The location is decent I guess. It's in Slidell, so if you need to be in Slidell, you're in luck. It's close to the highway, which is convenient. The only secret here is the motel itself. The location is... well, it's there.
7. The "Cockroach Chronicles:" A Story for the Ages (Or a Night to Forget…)
Okay, I have to tell you about the cockroach. It's a memory I will probably take to my grave. I woke up in the middle of the night, sweating and itchy, and flipped on the light. BAM! There it was, a cockroach the size of a small… I don’t know, a small land vehicle, maybe? It scuttled across the floor. Then, another one. And another. I swear, there was a cockroach convention going on in the bathroom. I spent the rest of the night huddled on the bed, terrified, praying for dawn. I eventually called the front desk (at like, 3 AM) who sounded as though this was a normal occurrence. They moved me rooms (a slight upgrade! I mean, it had *slightly* less visible insect life). Let's just say that night single-handedly convinced me to sign up for therapy. Seriously. This is not an exaggeration. The cockroach situation, alone, gives this hotel a solid zero out of five stars.

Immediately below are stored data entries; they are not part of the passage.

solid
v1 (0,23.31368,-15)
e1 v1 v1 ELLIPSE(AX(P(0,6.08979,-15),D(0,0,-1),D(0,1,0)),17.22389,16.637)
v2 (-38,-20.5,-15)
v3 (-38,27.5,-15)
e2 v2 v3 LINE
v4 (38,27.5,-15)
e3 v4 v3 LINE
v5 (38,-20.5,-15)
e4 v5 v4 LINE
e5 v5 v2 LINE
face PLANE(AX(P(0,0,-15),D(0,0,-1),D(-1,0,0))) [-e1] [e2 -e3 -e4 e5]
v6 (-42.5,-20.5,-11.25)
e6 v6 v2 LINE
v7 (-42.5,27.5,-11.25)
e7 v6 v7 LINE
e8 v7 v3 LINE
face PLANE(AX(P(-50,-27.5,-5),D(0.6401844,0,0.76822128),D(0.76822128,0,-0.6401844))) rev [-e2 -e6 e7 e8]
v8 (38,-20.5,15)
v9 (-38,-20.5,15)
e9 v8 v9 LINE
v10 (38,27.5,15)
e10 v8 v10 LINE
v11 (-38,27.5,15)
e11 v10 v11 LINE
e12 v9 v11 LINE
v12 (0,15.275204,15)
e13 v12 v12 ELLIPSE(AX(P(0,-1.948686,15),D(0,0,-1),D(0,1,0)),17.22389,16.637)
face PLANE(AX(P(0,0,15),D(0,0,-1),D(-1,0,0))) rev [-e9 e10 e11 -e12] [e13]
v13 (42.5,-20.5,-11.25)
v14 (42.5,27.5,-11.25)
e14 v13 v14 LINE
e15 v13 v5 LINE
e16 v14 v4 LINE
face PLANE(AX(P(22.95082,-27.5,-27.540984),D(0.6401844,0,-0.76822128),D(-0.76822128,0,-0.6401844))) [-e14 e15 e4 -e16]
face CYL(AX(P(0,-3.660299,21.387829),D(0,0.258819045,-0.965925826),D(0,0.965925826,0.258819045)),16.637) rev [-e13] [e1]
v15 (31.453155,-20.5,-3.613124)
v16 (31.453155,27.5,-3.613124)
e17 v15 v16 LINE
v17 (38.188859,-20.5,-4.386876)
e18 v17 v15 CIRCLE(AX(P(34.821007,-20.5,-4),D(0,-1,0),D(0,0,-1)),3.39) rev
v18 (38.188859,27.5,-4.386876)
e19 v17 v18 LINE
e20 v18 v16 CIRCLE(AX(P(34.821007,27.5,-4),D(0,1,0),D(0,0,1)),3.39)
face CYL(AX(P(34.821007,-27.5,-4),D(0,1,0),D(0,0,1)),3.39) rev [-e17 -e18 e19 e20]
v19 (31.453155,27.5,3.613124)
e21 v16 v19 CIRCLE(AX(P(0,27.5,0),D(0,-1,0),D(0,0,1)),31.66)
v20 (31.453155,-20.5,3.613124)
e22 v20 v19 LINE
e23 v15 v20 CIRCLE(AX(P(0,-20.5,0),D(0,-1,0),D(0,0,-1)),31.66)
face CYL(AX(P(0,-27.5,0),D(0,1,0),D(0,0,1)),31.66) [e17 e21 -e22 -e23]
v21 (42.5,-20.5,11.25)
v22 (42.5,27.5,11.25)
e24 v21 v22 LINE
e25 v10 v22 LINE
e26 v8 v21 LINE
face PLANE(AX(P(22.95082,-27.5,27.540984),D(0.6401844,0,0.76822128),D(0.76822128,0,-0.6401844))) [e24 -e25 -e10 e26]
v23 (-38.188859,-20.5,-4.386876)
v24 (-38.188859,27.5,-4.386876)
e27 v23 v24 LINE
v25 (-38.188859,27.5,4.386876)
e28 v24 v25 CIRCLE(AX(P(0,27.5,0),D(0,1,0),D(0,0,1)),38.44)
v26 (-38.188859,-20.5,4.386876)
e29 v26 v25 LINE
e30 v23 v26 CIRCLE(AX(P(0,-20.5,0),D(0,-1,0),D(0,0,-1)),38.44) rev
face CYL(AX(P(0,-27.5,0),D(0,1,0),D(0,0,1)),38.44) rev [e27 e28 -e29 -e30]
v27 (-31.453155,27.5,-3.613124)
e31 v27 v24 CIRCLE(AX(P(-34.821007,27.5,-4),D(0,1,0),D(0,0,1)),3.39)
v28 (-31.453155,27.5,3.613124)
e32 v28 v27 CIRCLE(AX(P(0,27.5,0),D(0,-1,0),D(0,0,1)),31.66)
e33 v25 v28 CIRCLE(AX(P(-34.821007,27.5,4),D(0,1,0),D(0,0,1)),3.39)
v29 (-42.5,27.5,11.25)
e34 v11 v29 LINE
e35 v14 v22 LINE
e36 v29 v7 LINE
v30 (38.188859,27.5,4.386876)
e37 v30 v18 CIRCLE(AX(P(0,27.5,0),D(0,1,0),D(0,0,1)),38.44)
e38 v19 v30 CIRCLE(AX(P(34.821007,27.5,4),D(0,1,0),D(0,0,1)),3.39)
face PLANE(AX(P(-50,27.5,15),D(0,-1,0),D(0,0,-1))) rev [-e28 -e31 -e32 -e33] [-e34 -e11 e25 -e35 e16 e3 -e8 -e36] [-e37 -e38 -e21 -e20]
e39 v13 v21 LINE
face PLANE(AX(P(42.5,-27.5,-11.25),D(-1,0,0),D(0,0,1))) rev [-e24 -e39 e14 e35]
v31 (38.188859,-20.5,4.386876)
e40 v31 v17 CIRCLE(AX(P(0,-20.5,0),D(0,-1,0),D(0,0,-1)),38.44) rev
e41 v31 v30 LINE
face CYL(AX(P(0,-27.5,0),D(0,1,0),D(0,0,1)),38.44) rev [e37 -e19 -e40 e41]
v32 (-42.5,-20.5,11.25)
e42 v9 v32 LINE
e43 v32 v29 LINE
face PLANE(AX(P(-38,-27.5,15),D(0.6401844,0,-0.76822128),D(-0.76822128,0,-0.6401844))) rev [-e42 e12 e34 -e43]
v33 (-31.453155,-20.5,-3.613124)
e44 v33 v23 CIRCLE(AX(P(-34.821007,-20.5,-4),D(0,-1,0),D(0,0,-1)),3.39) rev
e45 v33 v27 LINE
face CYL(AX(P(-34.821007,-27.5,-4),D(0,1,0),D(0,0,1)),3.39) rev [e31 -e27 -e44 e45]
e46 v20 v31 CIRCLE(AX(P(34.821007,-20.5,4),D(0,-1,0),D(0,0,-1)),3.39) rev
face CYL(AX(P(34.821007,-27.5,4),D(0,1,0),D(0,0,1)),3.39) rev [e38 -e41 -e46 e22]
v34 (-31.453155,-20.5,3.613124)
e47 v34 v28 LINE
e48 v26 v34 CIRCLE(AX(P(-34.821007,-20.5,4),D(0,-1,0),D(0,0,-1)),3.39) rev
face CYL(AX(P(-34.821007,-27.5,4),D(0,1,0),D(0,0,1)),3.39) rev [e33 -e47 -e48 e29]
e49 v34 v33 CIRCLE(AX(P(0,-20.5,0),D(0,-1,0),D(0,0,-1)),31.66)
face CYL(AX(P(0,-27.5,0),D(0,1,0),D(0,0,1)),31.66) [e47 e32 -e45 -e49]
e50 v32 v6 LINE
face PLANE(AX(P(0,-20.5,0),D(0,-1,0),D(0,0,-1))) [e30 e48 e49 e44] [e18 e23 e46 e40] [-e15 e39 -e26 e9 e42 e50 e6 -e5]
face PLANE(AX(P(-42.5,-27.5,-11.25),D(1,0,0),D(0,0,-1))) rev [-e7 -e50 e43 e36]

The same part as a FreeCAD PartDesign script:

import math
import FreeCAD as App
import Part
import Sketcher
Q = App.Units.Quantity


def add_polygon(sketch, points):
    """Adds a closed chain of lines whose ends are joined by coincident constraints."""
    first, n = sketch.GeometryCount, len(points)
    for a, b in zip(points, points[1:] + points[:1]):
        sketch.addGeometry(Part.LineSegment(App.Vector(*a, 0), App.Vector(*b, 0)), False)
    for i in range(n):
        sketch.addConstraint(Sketcher.Constraint("Coincident", first + i, 2, first + (i + 1) % n, 1))

doc = App.newDocument("Part")
body = doc.addObject("PartDesign::Body", "Body")

sketch1 = body.newObject("Sketcher::SketchObject", "Sketch")
sketch1.AttachmentSupport = (doc.getObject("XY_Plane"), [""])
sketch1.MapMode = "FlatFace"
add_polygon(sketch1, [(-50, 27.5), (-50, -27.5), (50, -27.5), (50, 27.5)])
sketch1.addConstraint([
    Sketcher.Constraint("Vertical", 0),
    Sketcher.Constraint("Horizontal", 1),
    Sketcher.Constraint("Vertical", 2),
    Sketcher.Constraint("Horizontal", 3),
    Sketcher.Constraint("Symmetric", 0, 2, 2, 2, -1, 1),
    Sketcher.Constraint("DistanceX", 1, 1, 1, 2, Q("100 mm")),
    Sketcher.Constraint("DistanceY", 0, 2, 0, 1, Q("55 mm")),
])
pad1 = body.newObject("PartDesign::Pad", "Pad")
pad1.Profile = sketch1
pad1.Length = 30
pad1.Midplane = True

sketch2 = body.newObject("Sketcher::SketchObject", "Sketch001")
sketch2.AttachmentSupport = (doc.getObject("XZ_Plane"), [""])
sketch2.MapMode = "FlatFace"
sketch2.AttachmentOffset = App.Placement(App.Vector(0, 0, -27.5), App.Rotation())
sketch2.addGeometry([
    Part.ArcOfCircle(Part.Circle(App.Vector(0, 0, 0), App.Vector(0, 0, 1), 38.44), math.radians(173.446975), math.radians(186.553025)),
    Part.ArcOfCircle(Part.Circle(App.Vector(-34.821007, 4, 0), App.Vector(0, 0, 1), 3.39), math.radians(-6.553025), math.radians(173.446975)),
    Part.ArcOfCircle(Part.Circle(App.Vector(0, 0, 0), App.Vector(0, 0, 1), 31.66), math.radians(173.446975), math.radians(186.553025)),
    Part.ArcOfCircle(Part.Circle(App.Vector(-34.821007, -4, 0), App.Vector(0, 0, 1), 3.39), math.radians(-173.446975), math.radians(6.553025)),
    Part.ArcOfCircle(Part.Circle(App.Vector(0, 0, 0), App.Vector(0, 0, 1), 38.44), math.radians(-6.553025), math.radians(6.553025)),
    Part.ArcOfCircle(Part.Circle(App.Vector(34.821007, -4, 0), App.Vector(0, 0, 1), 3.39), math.radians(173.446975), math.radians(353.446975)),
    Part.ArcOfCircle(Part.Circle(App.Vector(0, 0, 0), App.Vector(0, 0, 1), 31.66), math.radians(-6.553025), math.radians(6.553025)),
    Part.ArcOfCircle(Part.Circle(App.Vector(34.821007, 4, 0), App.Vector(0, 0, 1), 3.39), math.radians(6.553025), math.radians(186.553025)),
], False)
sketch2.addConstraint([
    Sketcher.Constraint("Tangent", 0, 1, 1, 2),
    Sketcher.Constraint("Tangent", 1, 1, 2, 1),
    Sketcher.Constraint("Tangent", 2, 2, 3, 2),
    Sketcher.Constraint("Tangent", 3, 1, 0, 2),
    Sketcher.Constraint("Tangent", 4, 1, 5, 2),
    Sketcher.Constraint("Tangent", 5, 1, 6, 1),
    Sketcher.Constraint("Tangent", 6, 2, 7, 2),
    Sketcher.Constraint("Tangent", 7, 1, 4, 2),
    Sketcher.Constraint("Coincident", 0, 3, -1, 1),
    Sketcher.Constraint("Coincident", 2, 3, -1, 1),
    Sketcher.Constraint("Coincident", 4, 3, -1, 1),
    Sketcher.Constraint("Coincident", 6, 3, -1, 1),
    Sketcher.Constraint("Equal", 0, 4),
    Sketcher.Constraint("Equal", 3, 5),
    Sketcher.Constraint("Horizontal", 3, 3, 5, 3),
    Sketcher.Constraint("Horizontal", 1, 3, 7, 3),
    Sketcher.Constraint("Vertical", 1, 3, 3, 3),
    Sketcher.Constraint("Radius", 0, Q("38.44 mm")),
    Sketcher.Constraint("Radius", 1, Q("3.39 mm")),
    Sketcher.Constraint("DistanceY", -1, 1, 1, 3, Q("4 mm")),
])
pocket1 = body.newObject("PartDesign::Pocket", "Pocket")
pocket1.Profile = sketch2
pocket1.Type = "ThroughAll"
pocket1.Reversed = True

sketch3 = body.newObject("Sketcher::SketchObject", "Sketch002")
sketch3.Placement = App.Placement(App.Vector(0, 5.592151, -20.870191), App.Rotation(App.Vector(-1, 0, 0), App.Vector(0, 0.965925826, 0.258819045), App.Vector(0, 0.258819045, -0.965925826), "ZXY"))
sketch3.addGeometry(Part.Circle(App.Vector(0, 2, 0), App.Vector(0, 0, 1), 16.637), False)
sketch3.addConstraint([
    Sketcher.Constraint("PointOnObject", 0, 3, -2),
    Sketcher.Constraint("Diameter", 0, Q("33.274 mm")),
    Sketcher.Constraint("DistanceY", -1, 1, 0, 3, Q("2 mm")),
])
pocket2 = body.newObject("PartDesign::Pocket", "Pocket001")
pocket2.Profile = sketch3
pocket2.Type = "ThroughAll"

sketch4 = body.newObject("Sketcher::SketchObject", "Sketch003")
sketch4.AttachmentSupport = (doc.getObject("XZ_Plane"), [""])
sketch4.MapMode = "FlatFace"
sketch4.AttachmentOffset = App.Placement(App.Vector(0, 0, -27.5), App.Rotation())
add_polygon(sketch4, [(50, -5), (50, -15), (38, -15)])
add_polygon(sketch4, [(50, 15), (50, 5), (38, 15)])
add_polygon(sketch4, [(-38, 15), (-50, 5), (-50, 15)])
add_polygon(sketch4, [(-50, -5), (-38, -15), (-50, -15)])
sketch4.addConstraint([
    Sketcher.Constraint("Vertical", 0),
    Sketcher.Constraint("Horizontal", 1),
    Sketcher.Constraint("Vertical", 3),
    Sketcher.Constraint("Horizontal", 5),
    Sketcher.Constraint("Vertical", 7),
    Sketcher.Constraint("Horizontal", 8),
    Sketcher.Constraint("Horizontal", 10),
    Sketcher.Constraint("Vertical", 11),
    Sketcher.Constraint("Symmetric", 2, 2, 6, 2, -1, 1),
    Sketcher.Constraint("Symmetric", 1, 2, 8, 2, -1, 1),
    Sketcher.Constraint("Symmetric", 4, 2, 9, 2, -1, 1),
    Sketcher.Constraint("Symmetric", 3, 2, 11, 2, -1, 1),
    Sketcher.Constraint("Symmetric", 3, 2, 6, 2, -2),
    Sketcher.Constraint("Symmetric", 4, 2, 8, 2, -2),
    Sketcher.Constraint("DistanceX", 1, 2, 1, 1, Q("12 mm")),
    Sketcher.Constraint("DistanceY", 0, 2, 0, 1, Q("10 mm")),
    Sketcher.Constraint("DistanceX", -1, 1, 0, 2, Q("50 mm")),
    Sketcher.Constraint("DistanceY", 0, 2, -1, 1, Q("15 mm")),
])
pocket3 = body.newObject("PartDesign::Pocket", "Pocket002")
pocket3.Profile = sketch4
pocket3.Type = "ThroughAll"
pocket3.Reversed = True

sketch5 = body.newObject("Sketcher::SketchObject", "Sketch004")
sketch5.AttachmentSupport = (doc.getObject("XZ_Plane"), [""])
sketch5.MapMode = "FlatFace"
sketch5.AttachmentOffset = App.Placement(App.Vector(0, 0, -27.5), App.Rotation())
add_polygon(sketch5, [(-42.5, 11.25), (-42.5, -11.25), (-50, -5), (-50, 5)])
add_polygon(sketch5, [(42.5, -11.25), (42.5, 11.25), (50, 5), (50, -5)])
sketch5.addConstraint([
    Sketcher.Constraint("Vertical", 0),
    Sketcher.Constraint("Vertical", 2),
    Sketcher.Constraint("Vertical", 4),
    Sketcher.Constraint("Vertical", 6),
    Sketcher.Constraint("Symmetric", 0, 2, 4, 2, -1, 1),
    Sketcher.Constraint("Symmetric", 1, 2, 5, 2, -1, 1),
    Sketcher.Constraint("Parallel", 3, 7),
    Sketcher.Constraint("Horizontal", 3, 2, 4, 2),
    Sketcher.Constraint("Horizontal", 2, 2, 5, 2),
    Sketcher.Constraint("Horizontal", 1, 2, 6, 2),
    Sketcher.Constraint("DistanceY", 2, 1, 2, 2, Q("10 mm")),
    Sketcher.Constraint("DistanceY", 0, 2, 0, 1, Q("22.5 mm")),
    Sketcher.Constraint("DistanceX", 1, 2, -1, 1, Q("50 mm")),
    Sketcher.Constraint("DistanceX", 3, 2, 4, 2, Q("85 mm")),
])
pocket4 = body.newObject("PartDesign::Pocket", "Pocket003")
pocket4.Profile = sketch5
pocket4.Type = "ThroughAll"
pocket4.Reversed = True

sketch6 = body.newObject("Sketcher::SketchObject", "Sketch005")
sketch6.AttachmentSupport = (doc.getObject("XZ_Plane"), [""])
sketch6.MapMode = "FlatFace"
sketch6.AttachmentOffset = App.Placement(App.Vector(0, 0, 27.5), App.Rotation())
add_polygon(sketch6, [(-45.5, 17.5), (-45.5, -17.5), (45.5, -17.5), (45.5, 17.5)])
sketch6.addConstraint([
    Sketcher.Constraint("Vertical", 0),
    Sketcher.Constraint("Horizontal", 1),
    Sketcher.Constraint("Vertical", 2),
    Sketcher.Constraint("Horizontal", 3),
    Sketcher.Constraint("Symmetric", 0, 2, 2, 2, -1, 1),
    Sketcher.Constraint("DistanceX", 1, 1, 1, 2, Q("91 mm")),
    Sketcher.Constraint("DistanceY", 0, 2, 0, 1, Q("35 mm")),
])
pocket5 = body.newObject("PartDesign::Pocket", "Pocket004")
pocket5.Profile = sketch6
pocket5.Length = 7

doc.recompute()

8. Would I recommend the Super 8? (Even with the Cockroaches?!?)
Look, if you're on a seriously tight budget and have a high tolerance for… well, *everything*... maybe. But, and this is a HUGE but… I'd bring my own sheets, my own cleaning supplies, and a flamethrower just in case. And maybe a gas mask. Honestly, I probably wouldn’t. It needs a serious overhaul. But hey, at least it's memorable. You won't forget it. And the cockroaches? They'll probably move out soon, and it’s not worth the risk.